Obezite ameliyatlarından sonra kilo verme sürecinin başladığını ve uzun süre devam ettiğini belirten Prof. Dr. Aktimur, şu bilgileri paylaştı:

“Ameliyat edilen hastaların çoğunda obezite nedeniyle gelişen depresyon bulunduğundan ameliyat sonrasında kilo verme sürecinde hızlıca depresyonun gerileyeceği düşünülse de, durum her zaman bu şekilde seyretmeyebilir. Bu dönemde kilo veriyor olmanın oluşturacağı pozitif etki, ameliyat sonrası dönemde aslında önceden bir nevi tedavi yerine geçen yemek yeme alışkanlıklarının değişmesi ile negatif yönde etkilenebilir. Bu yüzden ameliyat için uygulanacak prosedürün yemek yeme konforunu çok bozmayacak şekilde seçilmesi ve hastalara cerrahi tarafından geniş destek verilmesi çok önemlidir. Biz kendi hastalarımızda uyguladığımız ‘Hızlandırılmış iyileşme protokolleri’ ile hasta konforunu artırarak, ‘liberal beslenme önerileri’ ile hastalarımızın bu süreci daha rahat geçirmesini sağlayarak ve onlara her an kendilerini koruyan ve sarmalayan bir aile içinde olduklarını göstererek bu dönemi çok daha rahat atlatmaktayız. Bu yaklaşım ile hastalarımızda ameliyat sonrası dönemde çok daha az depresyon gözlemlemekte ve mutluluk düzeyinin arttığını deneyim etmekteyiz.”

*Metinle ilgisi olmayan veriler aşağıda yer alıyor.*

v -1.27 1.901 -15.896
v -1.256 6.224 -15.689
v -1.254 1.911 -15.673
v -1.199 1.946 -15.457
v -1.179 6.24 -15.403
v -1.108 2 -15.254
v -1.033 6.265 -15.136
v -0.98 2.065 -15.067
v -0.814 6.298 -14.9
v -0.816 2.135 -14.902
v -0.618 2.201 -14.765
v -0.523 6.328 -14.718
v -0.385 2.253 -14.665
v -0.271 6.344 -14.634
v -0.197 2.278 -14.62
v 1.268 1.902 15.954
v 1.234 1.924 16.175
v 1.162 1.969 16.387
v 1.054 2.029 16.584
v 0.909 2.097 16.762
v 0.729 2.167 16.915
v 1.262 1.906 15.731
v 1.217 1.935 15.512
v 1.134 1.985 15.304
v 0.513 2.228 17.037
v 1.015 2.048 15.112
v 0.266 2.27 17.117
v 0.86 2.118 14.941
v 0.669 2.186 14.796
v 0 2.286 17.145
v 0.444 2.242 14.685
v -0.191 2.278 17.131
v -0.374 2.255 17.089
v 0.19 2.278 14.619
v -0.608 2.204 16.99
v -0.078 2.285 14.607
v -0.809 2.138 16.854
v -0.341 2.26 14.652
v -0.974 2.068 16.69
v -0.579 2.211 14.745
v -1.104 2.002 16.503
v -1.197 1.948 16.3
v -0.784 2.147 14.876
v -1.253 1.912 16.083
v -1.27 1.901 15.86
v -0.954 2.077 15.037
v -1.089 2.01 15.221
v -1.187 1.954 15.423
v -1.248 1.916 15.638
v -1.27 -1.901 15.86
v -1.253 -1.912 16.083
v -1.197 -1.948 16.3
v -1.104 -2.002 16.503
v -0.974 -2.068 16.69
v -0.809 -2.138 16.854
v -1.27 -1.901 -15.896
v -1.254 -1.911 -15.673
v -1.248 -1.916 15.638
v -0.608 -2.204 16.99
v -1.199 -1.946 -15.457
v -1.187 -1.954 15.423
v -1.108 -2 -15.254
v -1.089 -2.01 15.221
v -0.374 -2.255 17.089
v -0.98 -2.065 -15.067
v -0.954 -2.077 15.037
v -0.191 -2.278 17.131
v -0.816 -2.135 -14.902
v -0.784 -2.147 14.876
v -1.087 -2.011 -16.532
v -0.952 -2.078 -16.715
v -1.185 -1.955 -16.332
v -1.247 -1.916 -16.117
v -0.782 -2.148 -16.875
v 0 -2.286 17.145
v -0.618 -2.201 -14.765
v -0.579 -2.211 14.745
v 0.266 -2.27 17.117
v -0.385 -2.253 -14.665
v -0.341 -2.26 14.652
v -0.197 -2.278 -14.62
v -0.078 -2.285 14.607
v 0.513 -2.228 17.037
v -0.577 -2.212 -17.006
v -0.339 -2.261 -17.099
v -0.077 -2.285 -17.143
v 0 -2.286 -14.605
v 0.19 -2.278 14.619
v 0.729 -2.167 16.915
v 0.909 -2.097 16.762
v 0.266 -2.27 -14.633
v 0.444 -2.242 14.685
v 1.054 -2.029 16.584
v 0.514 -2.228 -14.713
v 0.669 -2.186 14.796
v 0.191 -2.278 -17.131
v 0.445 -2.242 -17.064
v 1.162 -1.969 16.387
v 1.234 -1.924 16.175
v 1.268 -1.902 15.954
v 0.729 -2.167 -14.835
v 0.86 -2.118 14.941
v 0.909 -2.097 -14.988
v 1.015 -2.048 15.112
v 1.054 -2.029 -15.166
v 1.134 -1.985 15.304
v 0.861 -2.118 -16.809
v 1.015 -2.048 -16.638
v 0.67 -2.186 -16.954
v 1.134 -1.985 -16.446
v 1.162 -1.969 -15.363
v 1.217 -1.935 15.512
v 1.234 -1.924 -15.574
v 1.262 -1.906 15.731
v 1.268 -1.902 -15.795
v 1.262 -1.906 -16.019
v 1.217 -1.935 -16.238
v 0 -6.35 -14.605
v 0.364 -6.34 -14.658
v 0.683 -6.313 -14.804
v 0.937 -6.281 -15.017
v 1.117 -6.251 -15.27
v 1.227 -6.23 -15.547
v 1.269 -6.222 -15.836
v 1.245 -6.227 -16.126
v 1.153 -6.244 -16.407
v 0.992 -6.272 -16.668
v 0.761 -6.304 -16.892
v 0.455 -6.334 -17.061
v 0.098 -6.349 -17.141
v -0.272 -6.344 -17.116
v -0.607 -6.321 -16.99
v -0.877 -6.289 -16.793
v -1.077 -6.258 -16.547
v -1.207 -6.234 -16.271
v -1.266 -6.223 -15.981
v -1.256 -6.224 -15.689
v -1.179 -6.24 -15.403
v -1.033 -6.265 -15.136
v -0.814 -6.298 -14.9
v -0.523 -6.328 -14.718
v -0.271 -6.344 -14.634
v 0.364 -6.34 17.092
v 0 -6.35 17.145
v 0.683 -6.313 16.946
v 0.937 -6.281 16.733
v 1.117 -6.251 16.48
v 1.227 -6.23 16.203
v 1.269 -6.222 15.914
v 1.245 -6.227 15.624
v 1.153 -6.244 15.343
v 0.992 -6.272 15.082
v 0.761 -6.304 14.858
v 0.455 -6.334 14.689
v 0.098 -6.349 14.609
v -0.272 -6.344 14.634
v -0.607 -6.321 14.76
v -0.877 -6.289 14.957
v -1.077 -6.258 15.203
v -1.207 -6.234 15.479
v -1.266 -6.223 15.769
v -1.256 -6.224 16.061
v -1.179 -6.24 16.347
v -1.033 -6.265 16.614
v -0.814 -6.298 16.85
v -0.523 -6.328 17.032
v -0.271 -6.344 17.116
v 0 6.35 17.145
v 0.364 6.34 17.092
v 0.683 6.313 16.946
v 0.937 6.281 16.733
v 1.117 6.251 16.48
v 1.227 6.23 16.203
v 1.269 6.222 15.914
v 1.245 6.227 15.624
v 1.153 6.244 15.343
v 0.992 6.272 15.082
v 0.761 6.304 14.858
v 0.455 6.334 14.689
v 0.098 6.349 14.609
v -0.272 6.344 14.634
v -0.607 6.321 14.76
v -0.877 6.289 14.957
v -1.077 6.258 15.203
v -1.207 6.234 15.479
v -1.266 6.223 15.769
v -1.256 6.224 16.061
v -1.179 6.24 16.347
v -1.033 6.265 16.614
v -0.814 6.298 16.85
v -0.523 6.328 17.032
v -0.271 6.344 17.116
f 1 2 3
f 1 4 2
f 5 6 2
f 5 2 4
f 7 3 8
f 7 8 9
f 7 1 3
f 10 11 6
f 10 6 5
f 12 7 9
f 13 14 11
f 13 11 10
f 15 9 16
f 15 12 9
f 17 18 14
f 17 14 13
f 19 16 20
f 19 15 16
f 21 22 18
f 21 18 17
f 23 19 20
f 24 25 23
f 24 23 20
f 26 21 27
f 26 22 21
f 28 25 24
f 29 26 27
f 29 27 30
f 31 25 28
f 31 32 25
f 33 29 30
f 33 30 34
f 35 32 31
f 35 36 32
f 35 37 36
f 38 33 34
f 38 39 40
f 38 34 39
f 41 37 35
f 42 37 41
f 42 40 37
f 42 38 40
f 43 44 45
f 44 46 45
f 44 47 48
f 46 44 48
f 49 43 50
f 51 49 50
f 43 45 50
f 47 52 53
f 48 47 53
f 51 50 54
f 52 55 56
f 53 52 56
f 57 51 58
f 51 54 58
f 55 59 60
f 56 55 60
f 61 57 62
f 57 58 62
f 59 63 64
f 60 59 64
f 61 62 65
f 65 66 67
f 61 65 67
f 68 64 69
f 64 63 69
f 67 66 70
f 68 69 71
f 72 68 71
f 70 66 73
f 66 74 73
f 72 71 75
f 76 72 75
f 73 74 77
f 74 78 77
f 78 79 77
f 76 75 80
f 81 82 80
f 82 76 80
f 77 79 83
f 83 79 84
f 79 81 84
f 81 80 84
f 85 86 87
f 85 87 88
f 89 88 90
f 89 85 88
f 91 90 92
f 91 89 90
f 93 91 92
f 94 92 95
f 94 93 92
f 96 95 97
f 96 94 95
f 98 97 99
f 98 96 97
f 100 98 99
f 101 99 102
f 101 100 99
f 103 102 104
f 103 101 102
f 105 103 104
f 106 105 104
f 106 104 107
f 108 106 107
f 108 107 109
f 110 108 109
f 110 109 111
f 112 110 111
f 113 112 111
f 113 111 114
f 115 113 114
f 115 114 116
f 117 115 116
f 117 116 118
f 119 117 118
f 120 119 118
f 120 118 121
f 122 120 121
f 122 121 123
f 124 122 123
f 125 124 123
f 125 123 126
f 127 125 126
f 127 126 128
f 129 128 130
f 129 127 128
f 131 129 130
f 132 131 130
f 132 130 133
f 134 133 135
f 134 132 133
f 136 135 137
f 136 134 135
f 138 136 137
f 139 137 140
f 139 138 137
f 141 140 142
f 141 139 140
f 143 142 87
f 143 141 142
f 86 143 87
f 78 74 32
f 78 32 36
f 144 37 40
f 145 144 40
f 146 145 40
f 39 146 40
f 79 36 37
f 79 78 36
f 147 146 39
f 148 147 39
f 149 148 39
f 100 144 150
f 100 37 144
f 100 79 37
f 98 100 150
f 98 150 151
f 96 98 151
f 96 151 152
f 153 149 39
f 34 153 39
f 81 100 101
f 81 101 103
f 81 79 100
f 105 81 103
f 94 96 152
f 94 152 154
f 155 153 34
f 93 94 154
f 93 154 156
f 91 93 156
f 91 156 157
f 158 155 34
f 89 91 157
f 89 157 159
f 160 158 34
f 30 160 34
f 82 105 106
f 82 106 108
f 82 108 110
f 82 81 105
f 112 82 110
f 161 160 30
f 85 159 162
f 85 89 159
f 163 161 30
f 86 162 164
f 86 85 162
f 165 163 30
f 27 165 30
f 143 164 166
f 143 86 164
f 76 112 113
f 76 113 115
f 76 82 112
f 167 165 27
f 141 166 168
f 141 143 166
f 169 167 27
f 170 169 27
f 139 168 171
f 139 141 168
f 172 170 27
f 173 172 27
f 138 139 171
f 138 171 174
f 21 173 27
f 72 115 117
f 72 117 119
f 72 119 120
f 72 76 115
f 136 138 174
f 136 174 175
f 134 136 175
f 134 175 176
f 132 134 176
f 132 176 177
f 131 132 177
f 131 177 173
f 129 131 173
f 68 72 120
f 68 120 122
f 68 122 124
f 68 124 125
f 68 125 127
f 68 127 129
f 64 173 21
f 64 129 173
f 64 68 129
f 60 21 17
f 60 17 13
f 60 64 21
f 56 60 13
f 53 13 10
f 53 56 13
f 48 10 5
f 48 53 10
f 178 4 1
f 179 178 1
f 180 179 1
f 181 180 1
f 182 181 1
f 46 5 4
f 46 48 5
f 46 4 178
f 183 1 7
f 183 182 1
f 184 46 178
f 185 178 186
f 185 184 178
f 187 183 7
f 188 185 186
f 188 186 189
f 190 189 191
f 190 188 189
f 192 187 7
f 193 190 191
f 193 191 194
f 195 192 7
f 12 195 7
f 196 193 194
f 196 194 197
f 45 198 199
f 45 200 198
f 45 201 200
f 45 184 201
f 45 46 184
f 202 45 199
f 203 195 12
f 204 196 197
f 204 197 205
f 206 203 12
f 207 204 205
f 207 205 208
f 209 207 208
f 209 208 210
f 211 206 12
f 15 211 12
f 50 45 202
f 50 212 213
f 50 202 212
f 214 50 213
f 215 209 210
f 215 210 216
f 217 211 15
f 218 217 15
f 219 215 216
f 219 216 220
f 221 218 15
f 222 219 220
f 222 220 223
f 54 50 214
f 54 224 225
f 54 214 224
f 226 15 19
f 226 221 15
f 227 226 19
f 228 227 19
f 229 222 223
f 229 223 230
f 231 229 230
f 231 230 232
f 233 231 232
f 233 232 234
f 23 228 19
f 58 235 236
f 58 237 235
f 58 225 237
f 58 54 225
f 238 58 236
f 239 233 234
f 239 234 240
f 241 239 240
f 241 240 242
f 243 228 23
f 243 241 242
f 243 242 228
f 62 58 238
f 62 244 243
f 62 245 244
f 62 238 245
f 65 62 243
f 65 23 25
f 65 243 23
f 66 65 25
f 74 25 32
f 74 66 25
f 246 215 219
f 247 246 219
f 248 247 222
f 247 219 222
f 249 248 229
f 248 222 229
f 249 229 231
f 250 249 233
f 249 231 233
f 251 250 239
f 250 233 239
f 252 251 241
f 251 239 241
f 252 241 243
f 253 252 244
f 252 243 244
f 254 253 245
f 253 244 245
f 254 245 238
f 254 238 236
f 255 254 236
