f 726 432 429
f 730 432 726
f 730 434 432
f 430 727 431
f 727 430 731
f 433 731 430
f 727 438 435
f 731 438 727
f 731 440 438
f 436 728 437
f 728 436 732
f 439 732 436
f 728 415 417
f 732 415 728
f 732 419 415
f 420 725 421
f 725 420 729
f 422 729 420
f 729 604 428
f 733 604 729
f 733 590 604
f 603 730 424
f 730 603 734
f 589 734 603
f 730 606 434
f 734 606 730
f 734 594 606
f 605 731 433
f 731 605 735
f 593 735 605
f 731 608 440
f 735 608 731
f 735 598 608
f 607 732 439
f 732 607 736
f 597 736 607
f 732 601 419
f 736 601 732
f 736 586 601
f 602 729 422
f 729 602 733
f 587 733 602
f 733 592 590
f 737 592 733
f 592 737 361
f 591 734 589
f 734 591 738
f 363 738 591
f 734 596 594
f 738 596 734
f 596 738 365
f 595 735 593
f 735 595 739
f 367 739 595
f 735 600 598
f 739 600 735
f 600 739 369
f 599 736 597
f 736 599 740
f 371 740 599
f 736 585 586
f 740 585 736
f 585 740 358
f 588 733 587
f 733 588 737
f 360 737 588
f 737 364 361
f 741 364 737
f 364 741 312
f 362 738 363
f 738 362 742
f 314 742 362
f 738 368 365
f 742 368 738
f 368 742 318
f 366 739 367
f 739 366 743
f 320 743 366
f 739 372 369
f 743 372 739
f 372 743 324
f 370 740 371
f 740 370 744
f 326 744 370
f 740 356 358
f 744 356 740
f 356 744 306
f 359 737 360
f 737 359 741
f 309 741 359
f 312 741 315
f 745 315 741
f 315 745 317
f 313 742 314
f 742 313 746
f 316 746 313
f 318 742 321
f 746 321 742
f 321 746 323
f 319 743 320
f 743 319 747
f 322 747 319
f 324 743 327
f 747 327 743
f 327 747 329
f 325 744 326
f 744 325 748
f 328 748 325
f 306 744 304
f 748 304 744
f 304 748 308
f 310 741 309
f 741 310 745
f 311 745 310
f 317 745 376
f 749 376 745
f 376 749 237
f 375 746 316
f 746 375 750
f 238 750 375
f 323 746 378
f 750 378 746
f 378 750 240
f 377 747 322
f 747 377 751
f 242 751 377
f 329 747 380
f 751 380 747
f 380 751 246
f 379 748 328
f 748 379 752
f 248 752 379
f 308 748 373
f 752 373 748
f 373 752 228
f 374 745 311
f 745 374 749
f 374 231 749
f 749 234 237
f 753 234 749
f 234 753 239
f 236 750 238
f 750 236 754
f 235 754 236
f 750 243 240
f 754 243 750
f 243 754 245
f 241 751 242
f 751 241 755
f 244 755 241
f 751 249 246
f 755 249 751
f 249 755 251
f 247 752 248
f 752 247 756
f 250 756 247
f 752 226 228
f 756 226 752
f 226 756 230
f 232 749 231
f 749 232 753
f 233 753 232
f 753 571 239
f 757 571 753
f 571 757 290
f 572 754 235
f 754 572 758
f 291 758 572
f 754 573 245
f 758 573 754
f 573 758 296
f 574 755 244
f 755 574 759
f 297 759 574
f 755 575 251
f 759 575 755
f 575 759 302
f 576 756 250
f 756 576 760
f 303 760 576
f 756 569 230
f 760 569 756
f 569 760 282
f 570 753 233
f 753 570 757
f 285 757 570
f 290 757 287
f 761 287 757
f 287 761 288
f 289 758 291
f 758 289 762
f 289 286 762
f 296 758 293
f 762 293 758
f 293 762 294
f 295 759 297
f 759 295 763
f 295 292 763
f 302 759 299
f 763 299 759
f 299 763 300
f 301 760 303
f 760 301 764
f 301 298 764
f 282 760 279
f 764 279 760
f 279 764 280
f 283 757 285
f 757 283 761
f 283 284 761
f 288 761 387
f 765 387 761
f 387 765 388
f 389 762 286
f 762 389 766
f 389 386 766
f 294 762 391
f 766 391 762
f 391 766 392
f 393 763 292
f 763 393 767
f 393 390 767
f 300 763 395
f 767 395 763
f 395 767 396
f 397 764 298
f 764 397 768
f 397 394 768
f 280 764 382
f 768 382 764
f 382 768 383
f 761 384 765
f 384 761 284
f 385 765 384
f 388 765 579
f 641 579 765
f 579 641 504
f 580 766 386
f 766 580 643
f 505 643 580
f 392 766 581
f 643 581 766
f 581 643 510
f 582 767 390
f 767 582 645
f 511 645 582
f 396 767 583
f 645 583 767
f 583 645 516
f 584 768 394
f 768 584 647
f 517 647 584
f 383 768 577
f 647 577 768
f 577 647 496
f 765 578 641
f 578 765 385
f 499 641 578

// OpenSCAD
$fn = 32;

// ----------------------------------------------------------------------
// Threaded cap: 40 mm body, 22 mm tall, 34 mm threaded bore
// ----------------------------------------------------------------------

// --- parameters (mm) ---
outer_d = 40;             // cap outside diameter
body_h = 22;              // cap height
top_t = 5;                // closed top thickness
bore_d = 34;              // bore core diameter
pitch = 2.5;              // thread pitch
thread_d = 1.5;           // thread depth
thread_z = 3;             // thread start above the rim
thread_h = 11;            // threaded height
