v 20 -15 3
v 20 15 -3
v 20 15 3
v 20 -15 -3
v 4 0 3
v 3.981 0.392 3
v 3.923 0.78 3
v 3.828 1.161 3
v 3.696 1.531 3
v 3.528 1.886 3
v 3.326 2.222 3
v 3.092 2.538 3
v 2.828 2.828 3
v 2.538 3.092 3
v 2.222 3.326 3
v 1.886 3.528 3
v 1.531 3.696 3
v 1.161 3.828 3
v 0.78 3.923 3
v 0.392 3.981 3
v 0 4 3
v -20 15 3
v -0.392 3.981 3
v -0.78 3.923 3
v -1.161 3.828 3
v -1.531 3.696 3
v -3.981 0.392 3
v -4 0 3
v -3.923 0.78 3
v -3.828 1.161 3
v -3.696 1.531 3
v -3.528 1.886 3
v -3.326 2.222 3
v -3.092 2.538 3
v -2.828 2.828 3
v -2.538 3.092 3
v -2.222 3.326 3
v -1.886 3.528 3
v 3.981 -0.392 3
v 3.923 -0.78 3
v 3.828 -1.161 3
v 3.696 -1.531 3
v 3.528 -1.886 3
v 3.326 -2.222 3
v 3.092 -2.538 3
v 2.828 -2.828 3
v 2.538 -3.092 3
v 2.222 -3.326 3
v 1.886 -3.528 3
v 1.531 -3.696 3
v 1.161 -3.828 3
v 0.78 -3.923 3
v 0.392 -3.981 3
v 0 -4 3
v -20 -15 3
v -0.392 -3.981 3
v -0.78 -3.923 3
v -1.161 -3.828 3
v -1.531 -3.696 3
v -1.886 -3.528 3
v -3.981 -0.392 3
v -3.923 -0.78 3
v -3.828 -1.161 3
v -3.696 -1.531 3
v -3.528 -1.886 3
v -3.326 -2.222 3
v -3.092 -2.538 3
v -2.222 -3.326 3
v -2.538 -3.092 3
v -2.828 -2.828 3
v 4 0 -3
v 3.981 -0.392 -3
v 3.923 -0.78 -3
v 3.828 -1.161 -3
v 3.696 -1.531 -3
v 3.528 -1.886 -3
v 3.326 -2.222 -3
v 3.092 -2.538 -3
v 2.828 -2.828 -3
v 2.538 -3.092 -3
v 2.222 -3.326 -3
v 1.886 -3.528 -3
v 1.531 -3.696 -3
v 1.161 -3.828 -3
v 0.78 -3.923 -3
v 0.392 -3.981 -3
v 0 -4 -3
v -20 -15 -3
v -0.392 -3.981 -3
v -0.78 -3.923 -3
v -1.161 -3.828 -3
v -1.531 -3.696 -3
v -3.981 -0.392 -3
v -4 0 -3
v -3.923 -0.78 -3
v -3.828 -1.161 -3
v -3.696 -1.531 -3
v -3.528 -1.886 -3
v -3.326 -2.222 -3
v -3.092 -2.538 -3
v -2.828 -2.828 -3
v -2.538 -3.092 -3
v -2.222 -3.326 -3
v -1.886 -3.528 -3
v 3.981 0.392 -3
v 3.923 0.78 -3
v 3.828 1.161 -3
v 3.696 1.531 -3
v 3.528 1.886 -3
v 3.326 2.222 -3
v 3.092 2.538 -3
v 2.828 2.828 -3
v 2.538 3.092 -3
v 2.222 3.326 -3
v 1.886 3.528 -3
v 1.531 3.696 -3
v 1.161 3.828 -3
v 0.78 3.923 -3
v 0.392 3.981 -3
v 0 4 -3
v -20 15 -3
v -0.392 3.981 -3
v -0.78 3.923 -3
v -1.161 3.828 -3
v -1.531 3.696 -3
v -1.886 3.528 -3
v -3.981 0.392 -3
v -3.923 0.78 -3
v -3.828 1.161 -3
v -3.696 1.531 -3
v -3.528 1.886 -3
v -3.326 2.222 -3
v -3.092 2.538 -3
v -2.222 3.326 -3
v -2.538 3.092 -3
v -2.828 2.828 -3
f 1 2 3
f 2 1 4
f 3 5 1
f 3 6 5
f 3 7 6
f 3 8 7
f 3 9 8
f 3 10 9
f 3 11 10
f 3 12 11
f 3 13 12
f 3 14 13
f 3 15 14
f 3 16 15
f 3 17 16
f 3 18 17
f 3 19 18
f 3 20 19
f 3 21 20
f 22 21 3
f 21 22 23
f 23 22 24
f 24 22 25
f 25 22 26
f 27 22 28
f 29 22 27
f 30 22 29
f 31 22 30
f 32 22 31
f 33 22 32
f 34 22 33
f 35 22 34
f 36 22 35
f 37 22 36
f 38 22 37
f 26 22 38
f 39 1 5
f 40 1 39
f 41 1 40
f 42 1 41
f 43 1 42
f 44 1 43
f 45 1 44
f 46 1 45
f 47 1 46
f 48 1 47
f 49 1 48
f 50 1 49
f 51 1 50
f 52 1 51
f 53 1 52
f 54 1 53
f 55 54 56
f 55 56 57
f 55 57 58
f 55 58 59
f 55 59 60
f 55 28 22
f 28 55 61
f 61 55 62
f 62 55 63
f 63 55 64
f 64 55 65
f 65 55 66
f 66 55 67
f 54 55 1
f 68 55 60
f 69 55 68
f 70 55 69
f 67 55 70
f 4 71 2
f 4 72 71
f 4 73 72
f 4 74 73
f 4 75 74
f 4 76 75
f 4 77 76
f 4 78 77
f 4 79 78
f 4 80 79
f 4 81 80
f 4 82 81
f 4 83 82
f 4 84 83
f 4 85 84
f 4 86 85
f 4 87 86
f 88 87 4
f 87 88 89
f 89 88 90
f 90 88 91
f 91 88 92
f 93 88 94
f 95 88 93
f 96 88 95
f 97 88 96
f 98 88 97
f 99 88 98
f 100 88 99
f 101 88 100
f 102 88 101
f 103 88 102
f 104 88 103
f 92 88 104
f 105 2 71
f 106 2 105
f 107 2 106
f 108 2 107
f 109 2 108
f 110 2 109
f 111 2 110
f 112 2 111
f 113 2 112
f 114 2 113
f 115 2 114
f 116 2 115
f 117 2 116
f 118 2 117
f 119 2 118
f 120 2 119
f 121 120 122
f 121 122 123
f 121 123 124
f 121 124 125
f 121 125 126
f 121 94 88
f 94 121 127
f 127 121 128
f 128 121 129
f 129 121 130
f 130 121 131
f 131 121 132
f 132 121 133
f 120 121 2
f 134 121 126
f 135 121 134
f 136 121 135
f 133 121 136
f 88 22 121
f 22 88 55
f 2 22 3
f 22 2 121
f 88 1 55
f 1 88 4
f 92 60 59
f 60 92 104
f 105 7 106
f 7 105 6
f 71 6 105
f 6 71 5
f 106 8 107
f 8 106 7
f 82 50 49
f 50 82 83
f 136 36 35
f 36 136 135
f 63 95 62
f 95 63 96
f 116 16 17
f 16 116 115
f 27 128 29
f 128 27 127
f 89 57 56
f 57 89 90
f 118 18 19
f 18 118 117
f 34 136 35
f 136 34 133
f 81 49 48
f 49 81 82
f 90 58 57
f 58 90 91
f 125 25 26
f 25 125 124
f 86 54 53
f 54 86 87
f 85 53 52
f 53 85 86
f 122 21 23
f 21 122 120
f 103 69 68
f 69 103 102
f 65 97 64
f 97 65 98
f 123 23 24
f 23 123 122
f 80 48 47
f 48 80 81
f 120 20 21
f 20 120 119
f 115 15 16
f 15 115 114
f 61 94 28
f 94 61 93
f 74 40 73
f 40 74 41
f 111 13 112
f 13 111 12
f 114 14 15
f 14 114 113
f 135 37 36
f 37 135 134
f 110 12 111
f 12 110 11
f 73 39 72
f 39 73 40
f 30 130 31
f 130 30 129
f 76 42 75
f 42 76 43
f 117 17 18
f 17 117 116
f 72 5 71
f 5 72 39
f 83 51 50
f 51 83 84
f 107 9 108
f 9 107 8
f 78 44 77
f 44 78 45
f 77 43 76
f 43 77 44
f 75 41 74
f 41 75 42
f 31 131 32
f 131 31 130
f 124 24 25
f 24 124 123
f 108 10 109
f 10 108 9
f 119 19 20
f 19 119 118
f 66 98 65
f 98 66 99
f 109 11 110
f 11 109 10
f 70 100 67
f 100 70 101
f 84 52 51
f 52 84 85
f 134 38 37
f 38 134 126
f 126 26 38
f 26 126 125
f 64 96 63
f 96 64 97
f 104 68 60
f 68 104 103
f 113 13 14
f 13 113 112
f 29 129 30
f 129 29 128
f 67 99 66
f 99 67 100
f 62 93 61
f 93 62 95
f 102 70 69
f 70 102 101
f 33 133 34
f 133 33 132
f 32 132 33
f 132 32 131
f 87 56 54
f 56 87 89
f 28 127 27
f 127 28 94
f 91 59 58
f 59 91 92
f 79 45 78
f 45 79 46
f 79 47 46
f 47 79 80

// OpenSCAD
// A plate with a central bore.

plate_x = 40;
plate_y = 30;
plate_z = 6;
bore_d  = 8;
$fn = 64;

difference() {
    cube([plate_x, plate_y, plate_z], center = true);
    cylinder(h = plate_z + 2, d = bore_d, center = true);
}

“En iyi psikolojik destek, hastaların uzman hekime rahat ulaşabilmesidir”

Doktora ulaşmanın hasta tarafından önemine değinen Prof. Dr. Aktimur, “Biz kendi protokolümüzde uyguladığımız ve çok başarılı sonuçlar elde ettiğimiz şekilde en iyi psikolojik desteğin, hastaların kendilerini ameliyat eden cerraha çok rahat ulaşabilmeleri olduğunun farkındayız. Doktorları ile olan sıkı ve pozitif bağlantıyı önceden ameliyat ettiğimiz hastalarımızla aralarında kurduğumuz aktif sosyal portallarla desteklemekteyiz” ifadelerini kullandı.